What the task asks.
Output nothing but the lines from the first line of the entries to the line with "f 141 284 283", inclusive, exactly as they read.

[Saved data entries]
•••

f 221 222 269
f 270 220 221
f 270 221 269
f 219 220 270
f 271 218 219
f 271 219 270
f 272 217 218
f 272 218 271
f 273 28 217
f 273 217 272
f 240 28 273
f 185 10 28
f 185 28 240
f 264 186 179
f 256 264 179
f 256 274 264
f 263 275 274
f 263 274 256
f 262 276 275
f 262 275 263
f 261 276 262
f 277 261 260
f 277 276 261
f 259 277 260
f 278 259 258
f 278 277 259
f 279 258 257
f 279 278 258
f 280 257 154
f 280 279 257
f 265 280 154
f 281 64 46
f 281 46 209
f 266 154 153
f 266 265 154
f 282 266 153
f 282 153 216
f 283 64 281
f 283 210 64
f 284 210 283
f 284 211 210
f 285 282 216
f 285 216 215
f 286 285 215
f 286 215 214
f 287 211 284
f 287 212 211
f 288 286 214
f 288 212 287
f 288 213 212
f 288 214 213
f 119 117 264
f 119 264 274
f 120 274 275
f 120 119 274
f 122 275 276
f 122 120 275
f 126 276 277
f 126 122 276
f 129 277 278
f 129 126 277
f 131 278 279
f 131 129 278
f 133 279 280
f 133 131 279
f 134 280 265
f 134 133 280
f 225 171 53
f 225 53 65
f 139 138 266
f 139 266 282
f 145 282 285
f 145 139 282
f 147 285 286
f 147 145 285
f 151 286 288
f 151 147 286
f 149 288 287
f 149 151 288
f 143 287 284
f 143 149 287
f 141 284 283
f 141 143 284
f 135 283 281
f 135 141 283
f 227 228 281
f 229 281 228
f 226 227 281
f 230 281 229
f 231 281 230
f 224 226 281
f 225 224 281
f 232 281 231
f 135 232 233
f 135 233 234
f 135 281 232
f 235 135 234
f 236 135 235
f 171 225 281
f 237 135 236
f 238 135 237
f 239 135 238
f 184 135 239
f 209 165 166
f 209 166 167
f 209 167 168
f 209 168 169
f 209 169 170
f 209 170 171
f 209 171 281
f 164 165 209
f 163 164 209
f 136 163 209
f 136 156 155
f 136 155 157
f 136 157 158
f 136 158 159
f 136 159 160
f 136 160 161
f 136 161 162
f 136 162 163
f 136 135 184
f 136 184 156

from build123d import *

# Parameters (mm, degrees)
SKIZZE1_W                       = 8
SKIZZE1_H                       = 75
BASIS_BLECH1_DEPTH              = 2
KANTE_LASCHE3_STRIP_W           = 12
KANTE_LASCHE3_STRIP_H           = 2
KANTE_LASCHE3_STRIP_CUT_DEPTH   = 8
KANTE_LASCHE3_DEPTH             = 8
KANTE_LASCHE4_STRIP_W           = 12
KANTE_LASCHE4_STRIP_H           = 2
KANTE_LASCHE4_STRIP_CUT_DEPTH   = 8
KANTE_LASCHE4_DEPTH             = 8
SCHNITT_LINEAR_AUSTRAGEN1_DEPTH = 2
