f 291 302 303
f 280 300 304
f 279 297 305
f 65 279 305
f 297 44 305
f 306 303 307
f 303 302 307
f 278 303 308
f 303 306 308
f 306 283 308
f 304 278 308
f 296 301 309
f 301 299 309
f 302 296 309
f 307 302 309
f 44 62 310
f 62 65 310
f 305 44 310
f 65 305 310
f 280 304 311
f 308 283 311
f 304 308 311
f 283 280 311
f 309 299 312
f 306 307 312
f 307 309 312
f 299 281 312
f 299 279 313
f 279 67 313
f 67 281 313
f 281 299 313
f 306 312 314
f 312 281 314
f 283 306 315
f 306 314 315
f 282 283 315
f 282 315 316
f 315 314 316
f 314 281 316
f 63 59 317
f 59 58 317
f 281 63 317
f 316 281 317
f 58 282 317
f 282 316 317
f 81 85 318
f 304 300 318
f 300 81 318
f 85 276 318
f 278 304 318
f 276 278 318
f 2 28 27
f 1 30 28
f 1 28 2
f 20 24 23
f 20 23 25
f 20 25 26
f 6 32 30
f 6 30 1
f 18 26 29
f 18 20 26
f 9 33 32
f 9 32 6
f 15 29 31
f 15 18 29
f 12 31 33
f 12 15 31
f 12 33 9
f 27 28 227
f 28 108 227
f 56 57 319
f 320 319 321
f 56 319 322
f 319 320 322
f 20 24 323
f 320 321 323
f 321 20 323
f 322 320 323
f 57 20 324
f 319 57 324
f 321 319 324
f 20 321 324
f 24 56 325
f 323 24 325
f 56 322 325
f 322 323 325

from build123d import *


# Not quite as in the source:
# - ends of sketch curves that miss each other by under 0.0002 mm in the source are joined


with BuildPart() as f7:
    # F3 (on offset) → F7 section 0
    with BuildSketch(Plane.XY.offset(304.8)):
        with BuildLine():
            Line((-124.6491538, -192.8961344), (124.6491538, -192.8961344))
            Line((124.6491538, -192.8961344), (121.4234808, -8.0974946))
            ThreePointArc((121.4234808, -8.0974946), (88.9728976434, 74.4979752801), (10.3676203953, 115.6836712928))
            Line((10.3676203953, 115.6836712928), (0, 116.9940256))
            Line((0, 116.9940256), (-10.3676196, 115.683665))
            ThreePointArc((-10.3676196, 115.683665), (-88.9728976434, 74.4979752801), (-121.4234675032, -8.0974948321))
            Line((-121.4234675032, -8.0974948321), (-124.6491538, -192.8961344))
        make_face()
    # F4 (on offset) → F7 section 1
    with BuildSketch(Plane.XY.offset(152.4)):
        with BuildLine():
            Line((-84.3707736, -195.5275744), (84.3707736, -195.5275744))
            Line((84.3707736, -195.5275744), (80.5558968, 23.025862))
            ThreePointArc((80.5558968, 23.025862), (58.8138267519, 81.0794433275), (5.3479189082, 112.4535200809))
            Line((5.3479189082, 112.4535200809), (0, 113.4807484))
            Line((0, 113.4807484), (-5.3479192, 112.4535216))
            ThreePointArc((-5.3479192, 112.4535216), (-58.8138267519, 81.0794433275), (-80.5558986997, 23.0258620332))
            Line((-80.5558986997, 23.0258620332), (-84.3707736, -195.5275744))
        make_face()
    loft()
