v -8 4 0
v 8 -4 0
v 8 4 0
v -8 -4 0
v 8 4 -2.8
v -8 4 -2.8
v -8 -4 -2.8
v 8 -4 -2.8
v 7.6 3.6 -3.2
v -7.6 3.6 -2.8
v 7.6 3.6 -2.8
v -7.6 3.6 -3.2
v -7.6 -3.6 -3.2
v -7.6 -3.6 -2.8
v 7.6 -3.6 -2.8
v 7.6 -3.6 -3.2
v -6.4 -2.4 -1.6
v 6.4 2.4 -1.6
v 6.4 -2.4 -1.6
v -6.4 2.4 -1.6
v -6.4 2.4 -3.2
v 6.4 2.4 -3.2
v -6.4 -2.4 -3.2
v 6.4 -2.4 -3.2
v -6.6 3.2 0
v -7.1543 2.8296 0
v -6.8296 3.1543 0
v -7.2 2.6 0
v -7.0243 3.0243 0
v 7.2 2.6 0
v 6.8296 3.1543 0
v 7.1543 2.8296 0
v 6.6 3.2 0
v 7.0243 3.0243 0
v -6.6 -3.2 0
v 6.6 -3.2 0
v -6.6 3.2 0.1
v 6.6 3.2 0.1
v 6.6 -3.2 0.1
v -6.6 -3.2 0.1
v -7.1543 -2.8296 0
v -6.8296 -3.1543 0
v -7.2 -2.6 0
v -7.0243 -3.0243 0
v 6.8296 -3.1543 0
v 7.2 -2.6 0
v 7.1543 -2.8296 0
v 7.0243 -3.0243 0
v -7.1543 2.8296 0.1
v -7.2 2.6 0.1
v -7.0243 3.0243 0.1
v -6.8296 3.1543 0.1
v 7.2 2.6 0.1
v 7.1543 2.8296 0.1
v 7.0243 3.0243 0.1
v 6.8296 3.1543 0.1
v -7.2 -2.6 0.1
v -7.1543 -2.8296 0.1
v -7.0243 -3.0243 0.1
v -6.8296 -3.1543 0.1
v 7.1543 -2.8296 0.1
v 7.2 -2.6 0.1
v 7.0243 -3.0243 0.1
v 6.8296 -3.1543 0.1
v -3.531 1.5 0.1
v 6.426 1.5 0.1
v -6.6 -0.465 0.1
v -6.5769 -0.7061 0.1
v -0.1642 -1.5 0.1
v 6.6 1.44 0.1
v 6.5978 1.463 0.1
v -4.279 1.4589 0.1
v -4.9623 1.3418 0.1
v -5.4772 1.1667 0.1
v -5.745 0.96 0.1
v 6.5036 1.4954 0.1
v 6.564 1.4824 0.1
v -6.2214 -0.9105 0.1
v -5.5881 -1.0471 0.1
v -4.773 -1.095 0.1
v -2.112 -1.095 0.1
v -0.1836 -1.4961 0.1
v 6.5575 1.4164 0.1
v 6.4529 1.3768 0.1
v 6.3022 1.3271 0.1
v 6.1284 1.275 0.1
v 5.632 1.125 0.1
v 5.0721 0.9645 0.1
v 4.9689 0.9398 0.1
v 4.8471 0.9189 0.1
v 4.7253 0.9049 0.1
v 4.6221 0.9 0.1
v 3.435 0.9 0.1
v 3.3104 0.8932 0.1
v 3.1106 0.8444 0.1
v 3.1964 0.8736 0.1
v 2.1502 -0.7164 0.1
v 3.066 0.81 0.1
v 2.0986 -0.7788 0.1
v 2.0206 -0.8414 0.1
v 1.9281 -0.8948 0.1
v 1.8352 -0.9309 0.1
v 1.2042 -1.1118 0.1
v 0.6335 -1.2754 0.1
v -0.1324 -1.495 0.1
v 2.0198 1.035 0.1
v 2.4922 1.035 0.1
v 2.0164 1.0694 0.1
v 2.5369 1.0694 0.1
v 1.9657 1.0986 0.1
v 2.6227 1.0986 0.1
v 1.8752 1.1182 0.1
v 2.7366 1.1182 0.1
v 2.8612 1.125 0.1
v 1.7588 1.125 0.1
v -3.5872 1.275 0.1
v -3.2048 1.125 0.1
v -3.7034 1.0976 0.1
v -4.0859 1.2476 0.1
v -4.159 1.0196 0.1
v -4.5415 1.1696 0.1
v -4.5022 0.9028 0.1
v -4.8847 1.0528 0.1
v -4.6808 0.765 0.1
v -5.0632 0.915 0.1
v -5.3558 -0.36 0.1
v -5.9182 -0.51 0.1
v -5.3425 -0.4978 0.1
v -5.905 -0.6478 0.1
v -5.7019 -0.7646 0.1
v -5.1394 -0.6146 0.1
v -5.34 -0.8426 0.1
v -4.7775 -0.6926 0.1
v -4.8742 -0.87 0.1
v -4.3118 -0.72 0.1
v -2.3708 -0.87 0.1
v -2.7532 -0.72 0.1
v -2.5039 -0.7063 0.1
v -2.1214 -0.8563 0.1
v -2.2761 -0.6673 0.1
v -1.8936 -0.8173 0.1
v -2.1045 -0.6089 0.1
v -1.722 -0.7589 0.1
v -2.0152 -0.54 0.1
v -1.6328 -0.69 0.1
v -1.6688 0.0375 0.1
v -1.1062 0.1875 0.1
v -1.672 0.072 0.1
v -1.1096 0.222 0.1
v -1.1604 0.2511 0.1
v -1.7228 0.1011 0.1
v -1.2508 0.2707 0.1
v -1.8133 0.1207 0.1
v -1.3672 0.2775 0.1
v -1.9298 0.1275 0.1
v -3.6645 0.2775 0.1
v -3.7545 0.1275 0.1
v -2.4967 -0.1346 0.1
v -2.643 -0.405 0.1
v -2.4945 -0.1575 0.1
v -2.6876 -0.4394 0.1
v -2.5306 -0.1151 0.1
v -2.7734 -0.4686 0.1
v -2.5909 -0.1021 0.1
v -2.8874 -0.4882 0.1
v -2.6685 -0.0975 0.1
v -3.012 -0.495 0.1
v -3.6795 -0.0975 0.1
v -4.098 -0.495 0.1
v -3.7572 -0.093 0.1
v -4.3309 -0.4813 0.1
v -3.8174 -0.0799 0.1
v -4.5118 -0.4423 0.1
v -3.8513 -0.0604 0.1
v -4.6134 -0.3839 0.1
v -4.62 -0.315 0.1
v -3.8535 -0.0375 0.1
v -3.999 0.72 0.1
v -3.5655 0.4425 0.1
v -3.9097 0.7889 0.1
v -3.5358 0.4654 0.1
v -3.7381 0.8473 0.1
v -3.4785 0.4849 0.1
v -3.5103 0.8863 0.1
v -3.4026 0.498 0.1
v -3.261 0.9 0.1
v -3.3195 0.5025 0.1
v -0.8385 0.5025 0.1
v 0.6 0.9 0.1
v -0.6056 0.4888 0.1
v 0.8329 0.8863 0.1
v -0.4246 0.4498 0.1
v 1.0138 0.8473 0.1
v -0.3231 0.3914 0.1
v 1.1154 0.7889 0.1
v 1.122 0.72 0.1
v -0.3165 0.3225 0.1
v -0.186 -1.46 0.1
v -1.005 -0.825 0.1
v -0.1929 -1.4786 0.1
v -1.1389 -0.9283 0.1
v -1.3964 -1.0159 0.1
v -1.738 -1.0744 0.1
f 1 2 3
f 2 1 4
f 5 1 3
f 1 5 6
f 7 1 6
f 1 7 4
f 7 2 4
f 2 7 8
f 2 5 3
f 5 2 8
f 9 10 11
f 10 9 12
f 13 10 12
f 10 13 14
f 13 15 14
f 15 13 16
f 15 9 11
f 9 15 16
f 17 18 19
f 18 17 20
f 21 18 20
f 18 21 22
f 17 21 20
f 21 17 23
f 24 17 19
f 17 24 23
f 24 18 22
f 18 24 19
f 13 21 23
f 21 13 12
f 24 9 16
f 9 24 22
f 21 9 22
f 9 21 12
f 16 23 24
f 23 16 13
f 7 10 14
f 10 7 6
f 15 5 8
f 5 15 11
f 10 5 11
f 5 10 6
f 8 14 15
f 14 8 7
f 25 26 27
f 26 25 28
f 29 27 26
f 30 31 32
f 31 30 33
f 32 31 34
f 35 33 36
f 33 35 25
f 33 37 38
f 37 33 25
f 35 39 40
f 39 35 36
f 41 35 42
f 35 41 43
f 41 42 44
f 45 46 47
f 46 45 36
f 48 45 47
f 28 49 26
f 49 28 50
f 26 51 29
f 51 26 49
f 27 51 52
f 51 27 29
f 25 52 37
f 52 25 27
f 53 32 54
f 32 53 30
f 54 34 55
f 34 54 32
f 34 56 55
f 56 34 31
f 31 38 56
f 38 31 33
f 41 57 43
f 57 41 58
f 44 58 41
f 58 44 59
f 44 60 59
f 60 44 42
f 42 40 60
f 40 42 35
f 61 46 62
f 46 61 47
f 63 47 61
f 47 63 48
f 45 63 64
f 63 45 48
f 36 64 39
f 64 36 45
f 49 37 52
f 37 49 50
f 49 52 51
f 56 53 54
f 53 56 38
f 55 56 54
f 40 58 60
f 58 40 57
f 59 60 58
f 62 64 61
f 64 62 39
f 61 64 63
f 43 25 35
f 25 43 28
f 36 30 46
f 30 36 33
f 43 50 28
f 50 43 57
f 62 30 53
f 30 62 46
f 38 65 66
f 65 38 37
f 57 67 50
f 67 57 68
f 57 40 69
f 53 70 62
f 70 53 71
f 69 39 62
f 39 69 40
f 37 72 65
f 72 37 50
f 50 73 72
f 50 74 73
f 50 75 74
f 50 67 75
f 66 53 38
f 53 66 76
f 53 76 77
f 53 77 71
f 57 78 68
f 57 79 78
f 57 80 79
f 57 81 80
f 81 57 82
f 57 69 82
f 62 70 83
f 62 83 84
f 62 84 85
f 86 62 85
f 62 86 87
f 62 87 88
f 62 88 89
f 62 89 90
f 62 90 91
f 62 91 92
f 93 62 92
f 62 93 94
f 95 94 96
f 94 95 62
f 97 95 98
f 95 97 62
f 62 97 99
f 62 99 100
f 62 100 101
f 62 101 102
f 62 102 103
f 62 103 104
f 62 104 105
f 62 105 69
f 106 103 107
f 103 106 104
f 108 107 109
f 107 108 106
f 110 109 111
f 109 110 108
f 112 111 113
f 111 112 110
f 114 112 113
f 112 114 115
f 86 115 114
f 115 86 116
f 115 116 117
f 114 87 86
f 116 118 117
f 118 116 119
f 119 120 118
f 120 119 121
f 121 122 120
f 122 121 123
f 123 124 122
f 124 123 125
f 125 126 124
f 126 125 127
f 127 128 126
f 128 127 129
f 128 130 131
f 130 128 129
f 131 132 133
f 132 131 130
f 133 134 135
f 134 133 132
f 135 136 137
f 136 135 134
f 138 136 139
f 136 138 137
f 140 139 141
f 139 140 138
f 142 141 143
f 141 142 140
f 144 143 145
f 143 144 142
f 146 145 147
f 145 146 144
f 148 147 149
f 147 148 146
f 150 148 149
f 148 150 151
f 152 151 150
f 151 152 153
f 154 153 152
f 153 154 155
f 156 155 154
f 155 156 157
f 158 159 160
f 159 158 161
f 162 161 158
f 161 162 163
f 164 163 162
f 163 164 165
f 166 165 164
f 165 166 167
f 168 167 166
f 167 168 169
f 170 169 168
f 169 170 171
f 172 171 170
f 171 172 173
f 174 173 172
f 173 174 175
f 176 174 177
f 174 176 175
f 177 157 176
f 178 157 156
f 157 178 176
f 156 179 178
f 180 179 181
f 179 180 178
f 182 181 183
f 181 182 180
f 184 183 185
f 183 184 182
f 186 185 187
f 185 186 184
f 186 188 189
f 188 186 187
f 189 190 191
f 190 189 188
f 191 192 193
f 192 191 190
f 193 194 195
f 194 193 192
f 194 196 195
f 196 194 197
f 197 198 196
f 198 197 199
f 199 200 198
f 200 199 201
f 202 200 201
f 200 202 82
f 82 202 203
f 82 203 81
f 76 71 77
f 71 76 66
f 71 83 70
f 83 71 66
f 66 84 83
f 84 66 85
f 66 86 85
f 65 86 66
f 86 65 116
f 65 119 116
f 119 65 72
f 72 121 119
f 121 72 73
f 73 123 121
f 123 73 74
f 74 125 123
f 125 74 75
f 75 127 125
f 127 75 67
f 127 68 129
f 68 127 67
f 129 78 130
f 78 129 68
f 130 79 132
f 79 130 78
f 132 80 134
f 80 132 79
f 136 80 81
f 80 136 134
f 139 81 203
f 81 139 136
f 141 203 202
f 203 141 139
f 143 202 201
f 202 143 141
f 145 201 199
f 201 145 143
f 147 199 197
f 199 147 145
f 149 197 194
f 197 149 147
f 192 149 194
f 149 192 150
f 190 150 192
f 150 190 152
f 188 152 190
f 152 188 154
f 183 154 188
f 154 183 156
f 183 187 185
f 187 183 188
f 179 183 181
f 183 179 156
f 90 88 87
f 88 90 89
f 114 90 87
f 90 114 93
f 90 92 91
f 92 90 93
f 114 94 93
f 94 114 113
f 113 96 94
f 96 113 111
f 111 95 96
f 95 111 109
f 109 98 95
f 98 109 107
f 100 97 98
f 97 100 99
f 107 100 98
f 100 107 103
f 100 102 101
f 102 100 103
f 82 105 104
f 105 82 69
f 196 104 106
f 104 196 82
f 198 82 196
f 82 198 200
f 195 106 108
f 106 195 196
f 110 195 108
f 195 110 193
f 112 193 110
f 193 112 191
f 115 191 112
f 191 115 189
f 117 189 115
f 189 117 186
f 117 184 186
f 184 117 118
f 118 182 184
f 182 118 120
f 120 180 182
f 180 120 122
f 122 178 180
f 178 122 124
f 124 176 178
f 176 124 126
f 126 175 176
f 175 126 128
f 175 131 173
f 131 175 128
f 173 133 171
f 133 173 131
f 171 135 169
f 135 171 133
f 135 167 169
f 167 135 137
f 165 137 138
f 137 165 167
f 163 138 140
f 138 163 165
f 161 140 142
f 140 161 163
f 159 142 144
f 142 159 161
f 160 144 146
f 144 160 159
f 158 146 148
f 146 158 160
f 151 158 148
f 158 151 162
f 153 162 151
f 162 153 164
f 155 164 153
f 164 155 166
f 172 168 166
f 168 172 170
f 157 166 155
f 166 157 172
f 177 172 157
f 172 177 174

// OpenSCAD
// file: ../p/box5.scad
use <../lib.scad>
function ldraw_lib__box5() = [
// 0 Box with 5 Faces and All Edges
// 0 Name: box5.dat
// 0 Author: James Jessiman
// 0 !LDRAW_ORG Primitive UPDATE 2012-01
// 0 !LICENSE Licensed under CC BY 4.0 : see CAreadme.txt
// 
// 0 BFC CERTIFY CCW
  [0,"BFC","CERTIFY"],
  [0,"BFC","CCW"],
// 
// 0 !HISTORY 2002-04-03 [sbliss] Modified for BFC compliance
// 0 !HISTORY 2002-04-25 [PTadmin] Official Update 2002-02
// 0 !HISTORY 2007-06-24 [PTadmin] Header formatted for Contributor Agreement
// 0 !HISTORY 2008-07-01 [PTadmin] Official Update 2008-01
// 0 !HISTORY 2012-02-16 [Philo] Changed to CCW
// 0 !HISTORY 2012-03-30 [PTadmin] Official Update 2012-01
// 
// 
// 2 24 1 1 1 -1 1 1
  [2,24,1,1,1,-1,1,1],
// 2 24 -1 1 1 -1 1 -1
  [2,24,-1,1,1,-1,1,-1],
// 2 24 -1 1 -1 1 1 -1
  [2,24,-1,1,-1,1,1,-1],
// 2 24 1 1 -1 1 1 1
  [2,24,1,1,-1,1,1,1],
// 2 24 1 0 1 -1 0 1
  [2,24,1,0,1,-1,0,1],
// 2 24 -1 0 1 -1 0 -1
  [2,24,-1,0,1,-1,0,-1],
// 2 24 -1 0 -1 1 0 -1
  [2,24,-1,0,-1,1,0,-1],
// 2 24 1 0 -1 1 0 1
  [2,24,1,0,-1,1,0,1],
// 2 24 1 0 1 1 1 1
  [2,24,1,0,1,1,1,1],
// 2 24 -1 0 1 -1 1 1
  [2,24,-1,0,1,-1,1,1],
// 2 24 1 0 -1 1 1 -1
  [2,24,1,0,-1,1,1,-1],
// 2 24 -1 0 -1 -1 1 -1
  [2,24,-1,0,-1,-1,1,-1],
// 4 16 -1 1 1 1 1 1 1 1 -1 -1 1 -1
  [4,16,-1,1,1,1,1,1,1,1,-1,-1,1,-1],
// 4 16 -1 1 1 -1 0 1 1 0 1 1 1 1
  [4,16,-1,1,1,-1,0,1,1,0,1,1,1,1],
// 4 16 -1 1 -1 -1 0 -1 -1 0 1 -1 1 1
  [4,16,-1,1,-1,-1,0,-1,-1,0,1,-1,1,1],
// 4 16 1 1 -1 1 0 -1 -1 0 -1 -1 1 -1
  [4,16,1,1,-1,1,0,-1,-1,0,-1,-1,1,-1],
// 4 16 1 1 1 1 0 1 1 0 -1 1 1 -1
  [4,16,1,1,1,1,0,1,1,0,-1,1,1,-1],
];
module ldraw_lib__box5(step=0, col=false, unit=2/5, alt=false, line=0.2, solid=!$preview)
    makepoly(ldraw_lib__box5(), step=step, col=col, unit=unit, alt=alt, line=line, solid=solid);
ldraw_lib__box5(line=0.2);
// file: ../p/box4.scad
use <../lib.scad>
function ldraw_lib__box4() = [
// 0 Box with 4 Faces (2 Parallel Pairs) and All Edges
// 0 Name: box4.dat
// 0 Author: James Jessiman
// 0 !LDRAW_ORG Primitive UPDATE 2012-01
// 0 !LICENSE Licensed under CC BY 4.0 : see CAreadme.txt
// 
// 0 BFC CERTIFY CCW
  [0,"BFC","CERTIFY"],
  [0,"BFC","CCW"],
// 
// 0 !HISTORY 2002-04-03 [sbliss] Modified for BFC compliance
// 0 !HISTORY 2002-04-25 [PTadmin] Official Update 2002-02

•••

Response.
f 221 222 269
f 270 220 221
f 270 221 269
f 219 220 270
f 271 218 219
f 271 219 270
f 272 217 218
f 272 218 271
f 273 28 217
f 273 217 272
f 240 28 273
f 185 10 28
f 185 28 240
f 264 186 179
f 256 264 179
f 256 274 264
f 263 275 274
f 263 274 256
f 262 276 275
f 262 275 263
f 261 276 262
f 277 261 260
f 277 276 261
f 259 277 260
f 278 259 258
f 278 277 259
f 279 258 257
f 279 278 258
f 280 257 154
f 280 279 257
f 265 280 154
f 281 64 46
f 281 46 209
f 266 154 153
f 266 265 154
f 282 266 153
f 282 153 216
f 283 64 281
f 283 210 64
f 284 210 283
f 284 211 210
f 285 282 216
f 285 216 215
f 286 285 215
f 286 215 214
f 287 211 284
f 287 212 211
f 288 286 214
f 288 212 287
f 288 213 212
f 288 214 213
f 119 117 264
f 119 264 274
f 120 274 275
f 120 119 274
f 122 275 276
f 122 120 275
f 126 276 277
f 126 122 276
f 129 277 278
f 129 126 277
f 131 278 279
f 131 129 278
f 133 279 280
f 133 131 279
f 134 280 265
f 134 133 280
f 225 171 53
f 225 53 65
f 139 138 266
f 139 266 282
f 145 282 285
f 145 139 282
f 147 285 286
f 147 145 285
f 151 286 288
f 151 147 286
f 149 288 287
f 149 151 288
f 143 287 284
f 143 149 287
f 141 284 283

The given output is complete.